## Required work
Given the listing below, write out exactly the lines starting with the line that has "f 228 319 420" and going on through the line that has "f 434 478 479", both kept.

## Records for the exercise
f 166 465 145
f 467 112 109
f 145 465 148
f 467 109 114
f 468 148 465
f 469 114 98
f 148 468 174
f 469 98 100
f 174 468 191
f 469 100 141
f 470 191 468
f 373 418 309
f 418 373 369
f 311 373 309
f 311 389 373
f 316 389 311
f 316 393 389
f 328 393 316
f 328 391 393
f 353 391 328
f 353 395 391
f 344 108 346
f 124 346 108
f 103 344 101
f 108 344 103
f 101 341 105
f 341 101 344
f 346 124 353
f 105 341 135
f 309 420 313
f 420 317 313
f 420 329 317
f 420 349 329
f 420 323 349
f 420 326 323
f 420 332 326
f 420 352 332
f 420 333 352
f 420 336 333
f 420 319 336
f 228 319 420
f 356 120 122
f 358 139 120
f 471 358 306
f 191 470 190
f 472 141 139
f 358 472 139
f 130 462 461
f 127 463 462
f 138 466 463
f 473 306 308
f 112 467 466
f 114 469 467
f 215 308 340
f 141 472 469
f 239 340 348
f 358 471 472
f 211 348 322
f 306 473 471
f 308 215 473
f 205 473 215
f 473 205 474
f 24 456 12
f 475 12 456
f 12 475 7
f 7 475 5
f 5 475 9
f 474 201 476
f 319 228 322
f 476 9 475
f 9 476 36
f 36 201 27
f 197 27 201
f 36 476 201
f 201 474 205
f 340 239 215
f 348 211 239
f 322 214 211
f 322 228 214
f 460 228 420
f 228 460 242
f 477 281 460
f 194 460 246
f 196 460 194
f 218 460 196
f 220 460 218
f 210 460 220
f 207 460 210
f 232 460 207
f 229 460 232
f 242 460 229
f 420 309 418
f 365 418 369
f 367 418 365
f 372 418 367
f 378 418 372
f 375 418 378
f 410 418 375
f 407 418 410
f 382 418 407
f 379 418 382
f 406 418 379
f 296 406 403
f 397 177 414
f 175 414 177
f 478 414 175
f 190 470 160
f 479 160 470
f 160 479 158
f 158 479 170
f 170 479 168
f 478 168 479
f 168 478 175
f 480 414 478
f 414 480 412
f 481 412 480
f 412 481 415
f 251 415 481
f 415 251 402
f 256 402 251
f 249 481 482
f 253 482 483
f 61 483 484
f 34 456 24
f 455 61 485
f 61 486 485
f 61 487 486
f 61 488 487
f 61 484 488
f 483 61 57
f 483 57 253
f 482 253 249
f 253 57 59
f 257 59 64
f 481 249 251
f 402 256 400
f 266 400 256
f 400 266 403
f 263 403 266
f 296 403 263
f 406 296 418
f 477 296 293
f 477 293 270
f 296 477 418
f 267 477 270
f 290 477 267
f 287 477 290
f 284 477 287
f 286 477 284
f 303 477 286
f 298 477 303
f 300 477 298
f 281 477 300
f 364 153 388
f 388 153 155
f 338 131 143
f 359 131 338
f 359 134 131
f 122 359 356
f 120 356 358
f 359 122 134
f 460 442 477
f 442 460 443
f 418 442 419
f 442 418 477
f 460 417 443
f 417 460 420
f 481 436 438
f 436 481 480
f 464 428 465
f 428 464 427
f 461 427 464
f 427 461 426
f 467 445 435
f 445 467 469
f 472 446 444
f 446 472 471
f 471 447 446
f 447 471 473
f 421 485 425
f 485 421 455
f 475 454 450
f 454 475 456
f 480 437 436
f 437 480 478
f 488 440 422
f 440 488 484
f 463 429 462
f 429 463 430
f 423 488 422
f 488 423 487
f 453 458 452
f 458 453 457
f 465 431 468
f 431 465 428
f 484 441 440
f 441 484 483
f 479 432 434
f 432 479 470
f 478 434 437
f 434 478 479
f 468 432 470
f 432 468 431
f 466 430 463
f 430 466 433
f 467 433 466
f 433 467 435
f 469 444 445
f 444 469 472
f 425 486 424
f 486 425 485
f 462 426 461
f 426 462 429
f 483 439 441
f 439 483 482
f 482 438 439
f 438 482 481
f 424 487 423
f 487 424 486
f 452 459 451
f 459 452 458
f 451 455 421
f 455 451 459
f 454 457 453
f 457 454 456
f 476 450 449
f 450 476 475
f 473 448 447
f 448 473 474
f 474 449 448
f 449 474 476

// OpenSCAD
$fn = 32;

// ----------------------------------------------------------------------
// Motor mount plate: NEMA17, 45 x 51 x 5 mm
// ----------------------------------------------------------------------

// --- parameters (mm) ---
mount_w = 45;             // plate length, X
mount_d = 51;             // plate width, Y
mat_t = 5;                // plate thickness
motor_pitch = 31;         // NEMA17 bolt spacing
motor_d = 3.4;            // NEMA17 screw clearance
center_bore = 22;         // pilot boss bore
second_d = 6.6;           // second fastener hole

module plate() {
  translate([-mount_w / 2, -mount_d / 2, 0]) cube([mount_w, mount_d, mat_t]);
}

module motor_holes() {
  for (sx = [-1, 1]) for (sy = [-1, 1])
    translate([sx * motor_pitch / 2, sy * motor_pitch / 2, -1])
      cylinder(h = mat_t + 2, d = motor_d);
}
* * *
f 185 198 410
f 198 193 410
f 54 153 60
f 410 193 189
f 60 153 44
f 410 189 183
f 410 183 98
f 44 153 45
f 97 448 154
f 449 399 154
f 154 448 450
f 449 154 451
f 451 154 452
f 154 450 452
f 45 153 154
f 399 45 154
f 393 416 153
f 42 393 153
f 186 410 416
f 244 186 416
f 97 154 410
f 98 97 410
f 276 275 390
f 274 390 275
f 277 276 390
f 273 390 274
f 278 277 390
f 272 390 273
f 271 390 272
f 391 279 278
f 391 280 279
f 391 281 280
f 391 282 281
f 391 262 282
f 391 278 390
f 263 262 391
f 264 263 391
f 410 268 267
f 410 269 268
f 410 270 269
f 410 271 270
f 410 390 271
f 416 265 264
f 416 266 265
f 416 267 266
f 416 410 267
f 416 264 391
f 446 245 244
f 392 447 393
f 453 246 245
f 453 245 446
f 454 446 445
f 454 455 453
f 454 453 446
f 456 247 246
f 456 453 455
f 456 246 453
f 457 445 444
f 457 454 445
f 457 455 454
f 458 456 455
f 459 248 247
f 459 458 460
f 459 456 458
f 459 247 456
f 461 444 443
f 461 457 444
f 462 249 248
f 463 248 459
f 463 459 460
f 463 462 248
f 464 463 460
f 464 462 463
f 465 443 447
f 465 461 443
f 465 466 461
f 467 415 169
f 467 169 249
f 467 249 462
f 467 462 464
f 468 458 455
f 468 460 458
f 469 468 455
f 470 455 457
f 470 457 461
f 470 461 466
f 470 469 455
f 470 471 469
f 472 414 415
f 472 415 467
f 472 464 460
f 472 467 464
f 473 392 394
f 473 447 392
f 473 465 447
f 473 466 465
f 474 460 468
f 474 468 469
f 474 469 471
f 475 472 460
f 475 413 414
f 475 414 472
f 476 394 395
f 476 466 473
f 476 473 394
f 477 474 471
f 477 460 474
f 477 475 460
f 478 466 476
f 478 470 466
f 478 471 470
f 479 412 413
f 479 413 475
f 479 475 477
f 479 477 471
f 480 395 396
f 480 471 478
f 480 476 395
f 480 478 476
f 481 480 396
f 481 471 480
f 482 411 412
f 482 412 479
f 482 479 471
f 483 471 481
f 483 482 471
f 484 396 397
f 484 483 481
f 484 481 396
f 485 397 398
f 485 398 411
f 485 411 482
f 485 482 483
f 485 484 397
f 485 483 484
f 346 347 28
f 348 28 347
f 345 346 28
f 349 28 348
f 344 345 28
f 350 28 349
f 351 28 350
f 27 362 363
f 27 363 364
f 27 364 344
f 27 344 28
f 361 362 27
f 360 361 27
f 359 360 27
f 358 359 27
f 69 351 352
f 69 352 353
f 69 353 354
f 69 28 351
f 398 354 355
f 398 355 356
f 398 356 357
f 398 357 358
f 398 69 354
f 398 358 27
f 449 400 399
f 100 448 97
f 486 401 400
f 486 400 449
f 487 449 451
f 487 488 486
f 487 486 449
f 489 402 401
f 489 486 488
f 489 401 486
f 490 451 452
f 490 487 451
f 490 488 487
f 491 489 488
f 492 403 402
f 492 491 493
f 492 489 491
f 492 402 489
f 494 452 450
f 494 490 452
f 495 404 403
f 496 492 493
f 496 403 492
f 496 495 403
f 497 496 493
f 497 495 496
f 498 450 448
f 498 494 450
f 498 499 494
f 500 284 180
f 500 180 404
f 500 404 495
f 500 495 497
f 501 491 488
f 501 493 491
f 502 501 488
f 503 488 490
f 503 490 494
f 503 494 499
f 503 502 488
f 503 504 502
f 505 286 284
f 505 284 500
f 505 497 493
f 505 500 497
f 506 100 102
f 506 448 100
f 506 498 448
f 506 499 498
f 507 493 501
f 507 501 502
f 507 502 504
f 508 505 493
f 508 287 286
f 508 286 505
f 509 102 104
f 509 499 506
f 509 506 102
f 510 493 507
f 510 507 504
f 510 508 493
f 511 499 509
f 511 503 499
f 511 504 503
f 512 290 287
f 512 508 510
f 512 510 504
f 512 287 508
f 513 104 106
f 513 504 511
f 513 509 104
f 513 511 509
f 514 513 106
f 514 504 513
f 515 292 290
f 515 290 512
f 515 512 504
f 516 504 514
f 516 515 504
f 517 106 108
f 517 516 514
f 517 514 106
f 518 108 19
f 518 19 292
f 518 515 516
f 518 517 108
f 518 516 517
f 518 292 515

## Finished exercise
f 228 319 420
f 356 120 122
f 358 139 120
f 471 358 306
f 191 470 190
f 472 141 139
f 358 472 139
f 130 462 461
f 127 463 462
f 138 466 463
f 473 306 308
f 112 467 466
f 114 469 467
f 215 308 340
f 141 472 469
f 239 340 348
f 358 471 472
f 211 348 322
f 306 473 471
f 308 215 473
f 205 473 215
f 473 205 474
f 24 456 12
f 475 12 456
f 12 475 7
f 7 475 5
f 5 475 9
f 474 201 476
f 319 228 322
f 476 9 475
f 9 476 36
f 36 201 27
f 197 27 201
f 36 476 201
f 201 474 205
f 340 239 215
f 348 211 239
f 322 214 211
f 322 228 214
f 460 228 420
f 228 460 242
f 477 281 460
f 194 460 246
f 196 460 194
f 218 460 196
f 220 460 218
f 210 460 220
f 207 460 210
f 232 460 207
f 229 460 232
f 242 460 229
f 420 309 418
f 365 418 369
f 367 418 365
f 372 418 367
f 378 418 372
f 375 418 378
f 410 418 375
f 407 418 410
f 382 418 407
f 379 418 382
f 406 418 379
f 296 406 403
f 397 177 414
f 175 414 177
f 478 414 175
f 190 470 160
f 479 160 470
f 160 479 158
f 158 479 170
f 170 479 168
f 478 168 479
f 168 478 175
f 480 414 478
f 414 480 412
f 481 412 480
f 412 481 415
f 251 415 481
f 415 251 402
f 256 402 251
f 249 481 482
f 253 482 483
f 61 483 484
f 34 456 24
f 455 61 485
f 61 486 485
f 61 487 486
f 61 488 487
f 61 484 488
f 483 61 57
f 483 57 253
f 482 253 249
f 253 57 59
f 257 59 64
f 481 249 251
f 402 256 400
f 266 400 256
f 400 266 403
f 263 403 266
f 296 403 263
f 406 296 418
f 477 296 293
f 477 293 270
f 296 477 418
f 267 477 270
f 290 477 267
f 287 477 290
f 284 477 287
f 286 477 284
f 303 477 286
f 298 477 303
f 300 477 298
f 281 477 300
f 364 153 388
f 388 153 155
f 338 131 143
f 359 131 338
f 359 134 131
f 122 359 356
f 120 356 358
f 359 122 134
f 460 442 477
f 442 460 443
f 418 442 419
f 442 418 477
f 460 417 443
f 417 460 420
f 481 436 438
f 436 481 480
f 464 428 465
f 428 464 427
f 461 427 464
f 427 461 426
f 467 445 435
f 445 467 469
f 472 446 444
f 446 472 471
f 471 447 446
f 447 471 473
f 421 485 425
f 485 421 455
f 475 454 450
f 454 475 456
f 480 437 436
f 437 480 478
f 488 440 422
f 440 488 484
f 463 429 462
f 429 463 430
f 423 488 422
f 488 423 487
f 453 458 452
f 458 453 457
f 465 431 468
f 431 465 428
f 484 441 440
f 441 484 483
f 479 432 434
f 432 479 470
f 478 434 437
f 434 478 479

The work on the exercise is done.